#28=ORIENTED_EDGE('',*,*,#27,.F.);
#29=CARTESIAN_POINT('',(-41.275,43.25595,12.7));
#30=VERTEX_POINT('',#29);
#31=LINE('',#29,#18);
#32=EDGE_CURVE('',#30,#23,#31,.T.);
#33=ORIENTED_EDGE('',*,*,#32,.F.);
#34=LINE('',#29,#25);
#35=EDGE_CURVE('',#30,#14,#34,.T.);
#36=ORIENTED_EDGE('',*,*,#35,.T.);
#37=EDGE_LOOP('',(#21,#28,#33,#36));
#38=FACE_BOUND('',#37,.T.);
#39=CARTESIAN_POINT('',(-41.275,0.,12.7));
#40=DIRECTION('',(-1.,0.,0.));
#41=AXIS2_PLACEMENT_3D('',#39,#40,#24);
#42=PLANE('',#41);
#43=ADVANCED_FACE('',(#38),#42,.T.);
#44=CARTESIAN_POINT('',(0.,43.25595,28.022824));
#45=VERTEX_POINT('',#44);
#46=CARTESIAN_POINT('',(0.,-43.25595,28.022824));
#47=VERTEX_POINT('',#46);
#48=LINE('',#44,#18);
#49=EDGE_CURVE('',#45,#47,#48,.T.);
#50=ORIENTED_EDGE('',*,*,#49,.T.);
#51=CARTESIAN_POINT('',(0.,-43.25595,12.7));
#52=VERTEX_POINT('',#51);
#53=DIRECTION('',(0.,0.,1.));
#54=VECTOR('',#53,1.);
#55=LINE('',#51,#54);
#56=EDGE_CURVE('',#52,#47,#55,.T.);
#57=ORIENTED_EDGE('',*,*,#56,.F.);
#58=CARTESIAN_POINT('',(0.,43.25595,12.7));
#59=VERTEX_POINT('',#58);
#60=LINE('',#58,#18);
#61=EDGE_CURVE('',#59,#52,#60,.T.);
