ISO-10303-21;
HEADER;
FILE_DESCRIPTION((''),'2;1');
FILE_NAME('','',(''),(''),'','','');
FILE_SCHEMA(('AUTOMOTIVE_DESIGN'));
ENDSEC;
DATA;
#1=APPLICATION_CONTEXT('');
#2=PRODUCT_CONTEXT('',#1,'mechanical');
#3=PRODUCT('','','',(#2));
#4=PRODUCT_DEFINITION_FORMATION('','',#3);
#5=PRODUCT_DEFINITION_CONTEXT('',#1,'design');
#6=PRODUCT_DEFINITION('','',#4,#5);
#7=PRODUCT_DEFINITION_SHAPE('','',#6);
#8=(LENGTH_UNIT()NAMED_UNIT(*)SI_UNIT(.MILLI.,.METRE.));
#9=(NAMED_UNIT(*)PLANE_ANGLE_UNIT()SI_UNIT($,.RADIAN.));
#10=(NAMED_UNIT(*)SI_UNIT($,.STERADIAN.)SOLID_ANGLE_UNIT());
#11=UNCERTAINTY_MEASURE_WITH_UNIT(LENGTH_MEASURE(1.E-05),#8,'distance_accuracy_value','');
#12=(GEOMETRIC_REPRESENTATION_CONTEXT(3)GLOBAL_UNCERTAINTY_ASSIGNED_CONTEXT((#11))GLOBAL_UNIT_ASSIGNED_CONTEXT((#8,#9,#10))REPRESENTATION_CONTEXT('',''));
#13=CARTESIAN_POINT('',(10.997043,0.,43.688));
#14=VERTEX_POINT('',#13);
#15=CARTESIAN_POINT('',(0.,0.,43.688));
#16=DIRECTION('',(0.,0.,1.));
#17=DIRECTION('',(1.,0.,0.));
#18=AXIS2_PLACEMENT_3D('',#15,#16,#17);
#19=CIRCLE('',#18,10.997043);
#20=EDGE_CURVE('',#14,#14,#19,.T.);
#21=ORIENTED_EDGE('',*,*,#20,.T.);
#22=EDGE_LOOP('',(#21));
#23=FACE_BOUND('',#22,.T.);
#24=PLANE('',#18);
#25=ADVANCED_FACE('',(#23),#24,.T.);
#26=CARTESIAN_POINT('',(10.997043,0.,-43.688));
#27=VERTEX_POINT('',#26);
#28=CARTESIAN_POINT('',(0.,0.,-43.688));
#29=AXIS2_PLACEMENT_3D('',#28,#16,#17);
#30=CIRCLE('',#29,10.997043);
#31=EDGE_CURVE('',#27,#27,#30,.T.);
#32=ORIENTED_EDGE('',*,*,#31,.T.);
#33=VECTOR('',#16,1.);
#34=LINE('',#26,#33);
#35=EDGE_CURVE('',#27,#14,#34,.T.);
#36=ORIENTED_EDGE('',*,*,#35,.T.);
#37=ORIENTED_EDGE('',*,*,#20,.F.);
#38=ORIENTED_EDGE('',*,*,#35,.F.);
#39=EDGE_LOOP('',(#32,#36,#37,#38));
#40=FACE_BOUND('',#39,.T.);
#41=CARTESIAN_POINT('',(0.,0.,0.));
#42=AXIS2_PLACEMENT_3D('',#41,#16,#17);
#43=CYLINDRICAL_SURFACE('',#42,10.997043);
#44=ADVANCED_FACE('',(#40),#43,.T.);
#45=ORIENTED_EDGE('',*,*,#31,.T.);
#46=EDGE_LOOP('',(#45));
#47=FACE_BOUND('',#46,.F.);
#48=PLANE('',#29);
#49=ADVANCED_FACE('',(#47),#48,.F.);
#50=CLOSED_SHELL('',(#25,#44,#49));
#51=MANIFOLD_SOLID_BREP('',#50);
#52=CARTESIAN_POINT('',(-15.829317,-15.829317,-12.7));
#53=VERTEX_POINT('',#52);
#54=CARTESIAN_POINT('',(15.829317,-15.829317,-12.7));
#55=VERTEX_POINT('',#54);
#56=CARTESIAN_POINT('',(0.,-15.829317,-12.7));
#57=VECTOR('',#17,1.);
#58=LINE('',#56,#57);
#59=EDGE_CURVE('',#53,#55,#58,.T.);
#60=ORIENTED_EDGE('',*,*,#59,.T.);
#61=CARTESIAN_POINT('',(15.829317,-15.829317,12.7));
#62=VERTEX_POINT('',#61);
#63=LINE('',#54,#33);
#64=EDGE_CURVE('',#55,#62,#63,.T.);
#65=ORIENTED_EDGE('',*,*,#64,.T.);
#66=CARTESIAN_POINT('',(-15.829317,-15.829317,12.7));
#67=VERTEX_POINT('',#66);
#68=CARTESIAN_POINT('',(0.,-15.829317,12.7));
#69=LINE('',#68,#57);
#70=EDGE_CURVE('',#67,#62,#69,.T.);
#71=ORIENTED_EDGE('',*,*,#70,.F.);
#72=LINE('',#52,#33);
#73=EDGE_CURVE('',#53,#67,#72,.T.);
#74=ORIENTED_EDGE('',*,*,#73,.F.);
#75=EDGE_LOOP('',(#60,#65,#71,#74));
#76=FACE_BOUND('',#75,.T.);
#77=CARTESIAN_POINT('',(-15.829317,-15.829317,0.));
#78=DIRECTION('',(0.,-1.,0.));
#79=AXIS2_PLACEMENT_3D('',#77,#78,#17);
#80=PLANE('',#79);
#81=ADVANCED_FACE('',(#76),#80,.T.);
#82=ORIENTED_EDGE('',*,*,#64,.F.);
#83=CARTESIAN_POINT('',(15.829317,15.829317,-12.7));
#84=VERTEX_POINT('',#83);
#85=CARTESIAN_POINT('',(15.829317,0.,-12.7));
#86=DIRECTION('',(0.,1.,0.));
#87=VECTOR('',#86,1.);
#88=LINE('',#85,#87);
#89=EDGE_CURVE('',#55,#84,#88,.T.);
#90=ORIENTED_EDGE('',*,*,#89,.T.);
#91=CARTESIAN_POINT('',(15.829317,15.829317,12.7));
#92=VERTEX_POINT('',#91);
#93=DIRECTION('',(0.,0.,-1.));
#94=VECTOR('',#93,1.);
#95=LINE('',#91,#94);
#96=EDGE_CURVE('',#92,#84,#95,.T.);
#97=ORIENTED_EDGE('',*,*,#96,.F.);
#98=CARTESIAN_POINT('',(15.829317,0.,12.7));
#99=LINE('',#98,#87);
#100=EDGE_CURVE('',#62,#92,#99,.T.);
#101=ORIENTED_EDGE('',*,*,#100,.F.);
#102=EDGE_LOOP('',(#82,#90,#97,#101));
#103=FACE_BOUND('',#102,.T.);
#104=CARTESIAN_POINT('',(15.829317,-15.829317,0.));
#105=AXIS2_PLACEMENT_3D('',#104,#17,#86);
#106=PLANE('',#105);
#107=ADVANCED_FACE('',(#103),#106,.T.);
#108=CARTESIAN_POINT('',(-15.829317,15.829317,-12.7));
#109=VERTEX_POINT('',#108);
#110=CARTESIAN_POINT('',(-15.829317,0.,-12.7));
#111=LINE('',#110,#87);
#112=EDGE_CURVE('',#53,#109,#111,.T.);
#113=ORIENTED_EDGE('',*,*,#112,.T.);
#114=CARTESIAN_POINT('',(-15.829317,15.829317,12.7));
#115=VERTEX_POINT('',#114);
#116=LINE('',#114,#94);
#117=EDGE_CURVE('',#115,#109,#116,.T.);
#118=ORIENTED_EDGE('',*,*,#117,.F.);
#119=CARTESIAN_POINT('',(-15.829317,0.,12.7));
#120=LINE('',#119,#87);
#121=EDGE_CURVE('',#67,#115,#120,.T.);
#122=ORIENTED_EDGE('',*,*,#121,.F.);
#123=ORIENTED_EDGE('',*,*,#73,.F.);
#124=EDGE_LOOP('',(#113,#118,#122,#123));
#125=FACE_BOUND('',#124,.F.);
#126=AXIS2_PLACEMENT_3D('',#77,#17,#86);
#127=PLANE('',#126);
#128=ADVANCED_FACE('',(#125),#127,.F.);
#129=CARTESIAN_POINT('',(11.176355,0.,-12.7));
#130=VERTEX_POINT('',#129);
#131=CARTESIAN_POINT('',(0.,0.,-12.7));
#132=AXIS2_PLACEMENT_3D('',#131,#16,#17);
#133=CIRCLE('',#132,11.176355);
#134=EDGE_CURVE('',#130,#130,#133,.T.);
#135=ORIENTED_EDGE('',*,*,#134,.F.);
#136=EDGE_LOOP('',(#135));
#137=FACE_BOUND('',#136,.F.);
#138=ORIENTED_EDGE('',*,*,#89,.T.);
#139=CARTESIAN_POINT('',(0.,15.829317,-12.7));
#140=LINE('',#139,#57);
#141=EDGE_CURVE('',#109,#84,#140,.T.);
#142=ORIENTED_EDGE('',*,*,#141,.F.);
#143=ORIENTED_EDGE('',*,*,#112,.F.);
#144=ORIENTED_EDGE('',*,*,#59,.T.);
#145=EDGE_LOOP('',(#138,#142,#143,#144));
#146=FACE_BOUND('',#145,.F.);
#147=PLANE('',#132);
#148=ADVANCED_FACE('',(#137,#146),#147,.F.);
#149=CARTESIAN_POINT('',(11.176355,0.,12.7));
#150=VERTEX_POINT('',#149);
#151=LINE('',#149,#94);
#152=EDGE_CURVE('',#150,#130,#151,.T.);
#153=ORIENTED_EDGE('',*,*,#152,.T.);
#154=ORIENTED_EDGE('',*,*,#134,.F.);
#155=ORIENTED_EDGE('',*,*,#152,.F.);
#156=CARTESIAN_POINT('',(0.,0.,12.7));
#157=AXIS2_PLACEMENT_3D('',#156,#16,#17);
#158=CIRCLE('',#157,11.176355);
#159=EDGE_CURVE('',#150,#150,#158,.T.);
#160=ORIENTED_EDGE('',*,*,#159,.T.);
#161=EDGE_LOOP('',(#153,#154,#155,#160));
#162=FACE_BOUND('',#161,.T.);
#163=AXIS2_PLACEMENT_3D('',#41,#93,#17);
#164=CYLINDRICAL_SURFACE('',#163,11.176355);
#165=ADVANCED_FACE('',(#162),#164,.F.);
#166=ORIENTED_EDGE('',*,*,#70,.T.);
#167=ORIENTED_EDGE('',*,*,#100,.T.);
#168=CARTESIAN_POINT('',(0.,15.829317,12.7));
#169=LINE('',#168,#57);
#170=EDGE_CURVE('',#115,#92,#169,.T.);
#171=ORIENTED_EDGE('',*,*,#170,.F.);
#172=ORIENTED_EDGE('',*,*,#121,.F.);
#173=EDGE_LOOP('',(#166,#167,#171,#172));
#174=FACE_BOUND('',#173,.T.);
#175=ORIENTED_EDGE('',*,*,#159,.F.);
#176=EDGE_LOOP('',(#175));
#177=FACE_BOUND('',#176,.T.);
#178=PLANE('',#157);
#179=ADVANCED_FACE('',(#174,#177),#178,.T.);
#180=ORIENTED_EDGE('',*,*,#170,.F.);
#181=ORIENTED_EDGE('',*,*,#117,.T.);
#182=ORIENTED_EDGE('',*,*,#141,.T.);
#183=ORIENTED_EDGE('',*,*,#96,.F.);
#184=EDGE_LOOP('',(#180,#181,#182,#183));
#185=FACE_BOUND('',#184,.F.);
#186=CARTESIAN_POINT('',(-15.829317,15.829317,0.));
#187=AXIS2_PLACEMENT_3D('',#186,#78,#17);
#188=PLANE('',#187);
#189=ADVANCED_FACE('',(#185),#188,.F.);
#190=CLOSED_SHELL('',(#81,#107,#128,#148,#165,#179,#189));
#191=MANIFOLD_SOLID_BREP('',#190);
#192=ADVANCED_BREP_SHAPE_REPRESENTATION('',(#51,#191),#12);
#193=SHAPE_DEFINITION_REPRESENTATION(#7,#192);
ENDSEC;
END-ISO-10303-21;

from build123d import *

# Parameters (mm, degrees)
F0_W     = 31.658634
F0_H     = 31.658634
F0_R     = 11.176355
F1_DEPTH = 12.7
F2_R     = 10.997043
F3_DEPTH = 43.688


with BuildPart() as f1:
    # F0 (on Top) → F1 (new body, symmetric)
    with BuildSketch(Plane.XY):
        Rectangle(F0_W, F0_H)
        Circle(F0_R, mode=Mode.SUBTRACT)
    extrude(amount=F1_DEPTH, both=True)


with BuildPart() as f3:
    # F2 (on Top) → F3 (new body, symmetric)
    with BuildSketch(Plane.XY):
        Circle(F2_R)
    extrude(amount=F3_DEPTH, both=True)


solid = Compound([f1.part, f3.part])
* * *
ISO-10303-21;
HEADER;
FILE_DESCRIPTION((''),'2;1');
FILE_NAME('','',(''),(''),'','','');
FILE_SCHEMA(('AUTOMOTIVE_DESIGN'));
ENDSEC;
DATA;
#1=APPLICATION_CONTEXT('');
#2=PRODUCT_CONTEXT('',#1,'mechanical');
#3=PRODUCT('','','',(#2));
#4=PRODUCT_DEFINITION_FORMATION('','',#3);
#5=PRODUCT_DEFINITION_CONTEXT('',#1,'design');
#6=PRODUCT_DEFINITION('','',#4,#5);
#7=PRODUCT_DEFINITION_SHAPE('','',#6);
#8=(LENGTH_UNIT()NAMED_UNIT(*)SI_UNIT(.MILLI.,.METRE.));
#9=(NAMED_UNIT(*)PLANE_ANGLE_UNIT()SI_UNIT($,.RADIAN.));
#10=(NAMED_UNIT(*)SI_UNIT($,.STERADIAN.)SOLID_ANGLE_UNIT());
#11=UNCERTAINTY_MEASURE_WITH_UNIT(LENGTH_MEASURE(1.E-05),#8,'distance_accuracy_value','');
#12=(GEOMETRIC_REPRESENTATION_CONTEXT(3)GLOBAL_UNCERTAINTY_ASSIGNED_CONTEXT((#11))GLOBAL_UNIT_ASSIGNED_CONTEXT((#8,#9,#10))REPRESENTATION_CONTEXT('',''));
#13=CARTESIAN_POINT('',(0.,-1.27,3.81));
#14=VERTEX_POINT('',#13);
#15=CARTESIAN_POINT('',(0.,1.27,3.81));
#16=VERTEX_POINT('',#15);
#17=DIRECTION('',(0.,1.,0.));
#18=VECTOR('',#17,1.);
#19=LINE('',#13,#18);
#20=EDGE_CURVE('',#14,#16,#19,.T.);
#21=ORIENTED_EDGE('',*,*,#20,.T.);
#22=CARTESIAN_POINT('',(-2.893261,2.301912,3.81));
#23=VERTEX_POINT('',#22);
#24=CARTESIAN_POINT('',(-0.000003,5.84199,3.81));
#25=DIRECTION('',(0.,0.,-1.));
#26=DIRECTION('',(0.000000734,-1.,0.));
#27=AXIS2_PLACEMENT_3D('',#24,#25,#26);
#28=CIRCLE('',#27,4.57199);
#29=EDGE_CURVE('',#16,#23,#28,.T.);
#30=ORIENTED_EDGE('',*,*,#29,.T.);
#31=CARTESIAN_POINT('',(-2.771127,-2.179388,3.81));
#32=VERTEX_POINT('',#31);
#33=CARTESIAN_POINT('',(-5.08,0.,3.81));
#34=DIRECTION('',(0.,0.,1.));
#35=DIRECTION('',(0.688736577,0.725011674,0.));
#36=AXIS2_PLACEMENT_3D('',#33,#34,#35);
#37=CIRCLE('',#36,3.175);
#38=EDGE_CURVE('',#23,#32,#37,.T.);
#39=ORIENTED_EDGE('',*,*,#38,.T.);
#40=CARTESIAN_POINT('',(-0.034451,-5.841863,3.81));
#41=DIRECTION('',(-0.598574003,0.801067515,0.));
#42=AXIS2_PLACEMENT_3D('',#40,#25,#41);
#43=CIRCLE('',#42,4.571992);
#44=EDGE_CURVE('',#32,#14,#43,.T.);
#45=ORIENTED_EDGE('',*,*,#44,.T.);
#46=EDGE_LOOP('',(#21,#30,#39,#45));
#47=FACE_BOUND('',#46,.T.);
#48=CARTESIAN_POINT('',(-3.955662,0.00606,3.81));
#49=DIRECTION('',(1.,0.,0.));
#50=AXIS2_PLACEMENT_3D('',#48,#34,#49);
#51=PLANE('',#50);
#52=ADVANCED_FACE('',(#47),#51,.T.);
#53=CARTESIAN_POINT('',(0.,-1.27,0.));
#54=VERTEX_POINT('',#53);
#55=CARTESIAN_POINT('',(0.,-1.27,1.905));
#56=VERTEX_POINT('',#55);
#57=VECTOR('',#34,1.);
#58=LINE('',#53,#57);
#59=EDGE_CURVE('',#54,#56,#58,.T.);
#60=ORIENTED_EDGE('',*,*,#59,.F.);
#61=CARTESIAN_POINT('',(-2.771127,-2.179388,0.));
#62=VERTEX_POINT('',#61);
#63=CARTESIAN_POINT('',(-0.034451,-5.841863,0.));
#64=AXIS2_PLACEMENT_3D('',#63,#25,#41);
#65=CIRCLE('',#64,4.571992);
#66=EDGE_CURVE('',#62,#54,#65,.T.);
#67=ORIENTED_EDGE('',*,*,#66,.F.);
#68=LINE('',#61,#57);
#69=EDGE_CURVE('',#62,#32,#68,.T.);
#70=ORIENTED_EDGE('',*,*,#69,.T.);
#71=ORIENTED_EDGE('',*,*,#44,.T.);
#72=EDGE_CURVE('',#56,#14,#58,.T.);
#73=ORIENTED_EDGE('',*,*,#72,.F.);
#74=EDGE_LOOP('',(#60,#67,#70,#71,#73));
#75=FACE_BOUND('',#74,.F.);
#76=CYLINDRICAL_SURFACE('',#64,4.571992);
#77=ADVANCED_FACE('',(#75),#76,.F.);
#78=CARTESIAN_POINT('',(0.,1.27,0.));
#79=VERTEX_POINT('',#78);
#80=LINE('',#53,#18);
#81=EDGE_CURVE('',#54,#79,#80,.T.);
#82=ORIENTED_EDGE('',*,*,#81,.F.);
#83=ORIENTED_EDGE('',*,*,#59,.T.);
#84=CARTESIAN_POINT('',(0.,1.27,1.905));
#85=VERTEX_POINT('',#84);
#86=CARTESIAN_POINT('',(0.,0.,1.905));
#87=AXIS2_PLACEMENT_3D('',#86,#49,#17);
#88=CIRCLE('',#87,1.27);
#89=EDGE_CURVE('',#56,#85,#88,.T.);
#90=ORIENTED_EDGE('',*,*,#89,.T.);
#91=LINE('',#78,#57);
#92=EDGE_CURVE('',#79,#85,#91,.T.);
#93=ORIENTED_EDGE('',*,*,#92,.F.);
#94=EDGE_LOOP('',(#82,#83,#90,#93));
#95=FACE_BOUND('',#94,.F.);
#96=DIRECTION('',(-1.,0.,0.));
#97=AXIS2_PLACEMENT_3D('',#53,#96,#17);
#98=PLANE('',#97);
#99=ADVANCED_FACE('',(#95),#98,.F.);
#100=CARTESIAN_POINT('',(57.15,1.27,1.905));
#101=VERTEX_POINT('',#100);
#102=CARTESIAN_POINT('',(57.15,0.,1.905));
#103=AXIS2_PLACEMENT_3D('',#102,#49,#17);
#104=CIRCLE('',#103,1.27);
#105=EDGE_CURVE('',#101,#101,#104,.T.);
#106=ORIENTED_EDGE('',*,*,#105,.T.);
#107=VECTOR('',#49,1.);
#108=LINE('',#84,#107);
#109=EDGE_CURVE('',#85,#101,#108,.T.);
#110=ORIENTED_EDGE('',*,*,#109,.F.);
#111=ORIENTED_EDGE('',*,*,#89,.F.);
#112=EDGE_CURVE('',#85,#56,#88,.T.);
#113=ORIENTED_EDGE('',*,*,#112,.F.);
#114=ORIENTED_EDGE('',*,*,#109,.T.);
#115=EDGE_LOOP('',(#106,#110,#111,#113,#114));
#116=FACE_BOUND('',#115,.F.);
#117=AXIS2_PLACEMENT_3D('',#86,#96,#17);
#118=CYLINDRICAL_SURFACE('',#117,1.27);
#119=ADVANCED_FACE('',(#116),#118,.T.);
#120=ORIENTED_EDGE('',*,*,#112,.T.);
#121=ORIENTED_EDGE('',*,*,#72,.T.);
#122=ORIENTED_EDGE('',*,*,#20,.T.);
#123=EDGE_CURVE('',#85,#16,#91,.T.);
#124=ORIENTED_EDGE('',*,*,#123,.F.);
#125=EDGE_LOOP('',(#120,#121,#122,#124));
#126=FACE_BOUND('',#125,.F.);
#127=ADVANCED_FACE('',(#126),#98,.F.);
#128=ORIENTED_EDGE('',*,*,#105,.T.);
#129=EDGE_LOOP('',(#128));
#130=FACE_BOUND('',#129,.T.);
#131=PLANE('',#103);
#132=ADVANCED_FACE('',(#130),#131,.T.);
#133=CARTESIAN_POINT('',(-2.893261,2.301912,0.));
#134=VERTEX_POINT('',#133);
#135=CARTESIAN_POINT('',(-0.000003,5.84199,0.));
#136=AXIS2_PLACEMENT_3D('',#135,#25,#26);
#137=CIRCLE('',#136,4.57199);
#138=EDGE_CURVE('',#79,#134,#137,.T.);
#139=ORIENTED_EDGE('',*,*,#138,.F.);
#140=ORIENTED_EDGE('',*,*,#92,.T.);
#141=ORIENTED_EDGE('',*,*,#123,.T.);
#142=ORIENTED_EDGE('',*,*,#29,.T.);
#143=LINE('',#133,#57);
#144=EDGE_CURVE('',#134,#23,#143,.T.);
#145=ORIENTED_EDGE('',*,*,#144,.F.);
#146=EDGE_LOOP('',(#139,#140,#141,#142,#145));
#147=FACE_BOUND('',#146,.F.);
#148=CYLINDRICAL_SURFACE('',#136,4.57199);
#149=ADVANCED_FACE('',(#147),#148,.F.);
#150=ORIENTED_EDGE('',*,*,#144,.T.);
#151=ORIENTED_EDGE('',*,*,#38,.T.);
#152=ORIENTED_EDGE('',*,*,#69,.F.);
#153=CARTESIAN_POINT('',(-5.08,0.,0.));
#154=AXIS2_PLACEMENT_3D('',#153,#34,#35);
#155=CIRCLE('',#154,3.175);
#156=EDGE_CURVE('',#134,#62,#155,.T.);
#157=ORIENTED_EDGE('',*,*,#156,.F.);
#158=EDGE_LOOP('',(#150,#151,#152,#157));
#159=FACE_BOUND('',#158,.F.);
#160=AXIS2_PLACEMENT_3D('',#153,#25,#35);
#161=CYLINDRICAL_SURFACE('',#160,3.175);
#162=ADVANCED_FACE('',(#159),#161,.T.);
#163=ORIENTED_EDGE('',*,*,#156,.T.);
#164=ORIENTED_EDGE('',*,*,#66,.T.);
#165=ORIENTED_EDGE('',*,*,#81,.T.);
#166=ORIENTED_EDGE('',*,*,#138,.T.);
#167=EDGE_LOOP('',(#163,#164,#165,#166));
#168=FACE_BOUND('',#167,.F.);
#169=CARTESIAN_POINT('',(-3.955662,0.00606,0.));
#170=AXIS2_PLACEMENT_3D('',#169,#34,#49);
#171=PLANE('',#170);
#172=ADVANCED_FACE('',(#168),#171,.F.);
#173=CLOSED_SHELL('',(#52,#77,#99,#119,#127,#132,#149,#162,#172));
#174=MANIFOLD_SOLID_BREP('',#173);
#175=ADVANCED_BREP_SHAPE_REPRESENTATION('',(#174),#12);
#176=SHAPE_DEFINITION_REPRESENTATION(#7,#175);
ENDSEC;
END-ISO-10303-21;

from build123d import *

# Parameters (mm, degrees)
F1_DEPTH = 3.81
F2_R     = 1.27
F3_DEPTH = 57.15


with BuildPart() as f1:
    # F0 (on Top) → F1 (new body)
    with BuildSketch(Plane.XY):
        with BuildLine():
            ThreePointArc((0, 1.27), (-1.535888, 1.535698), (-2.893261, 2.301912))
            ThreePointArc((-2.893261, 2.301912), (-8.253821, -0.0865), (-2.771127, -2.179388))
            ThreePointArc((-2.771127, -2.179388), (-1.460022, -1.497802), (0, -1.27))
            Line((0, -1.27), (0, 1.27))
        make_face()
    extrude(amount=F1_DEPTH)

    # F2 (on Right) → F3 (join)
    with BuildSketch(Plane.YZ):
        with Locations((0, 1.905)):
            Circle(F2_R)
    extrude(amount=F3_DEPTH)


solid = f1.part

## Goal of the exercise
Everything from the line with "#120=LINE('',#119,#87);" through the line with "#127=PLANE('',#126);" in the listing above must be retyped exactly, with nothing added.

## Response to the task
#120=LINE('',#119,#87);
#121=EDGE_CURVE('',#67,#115,#120,.T.);
#122=ORIENTED_EDGE('',*,*,#121,.F.);
#123=ORIENTED_EDGE('',*,*,#73,.F.);
#124=EDGE_LOOP('',(#113,#118,#122,#123));
#125=FACE_BOUND('',#124,.F.);
#126=AXIS2_PLACEMENT_3D('',#77,#17,#86);
#127=PLANE('',#126);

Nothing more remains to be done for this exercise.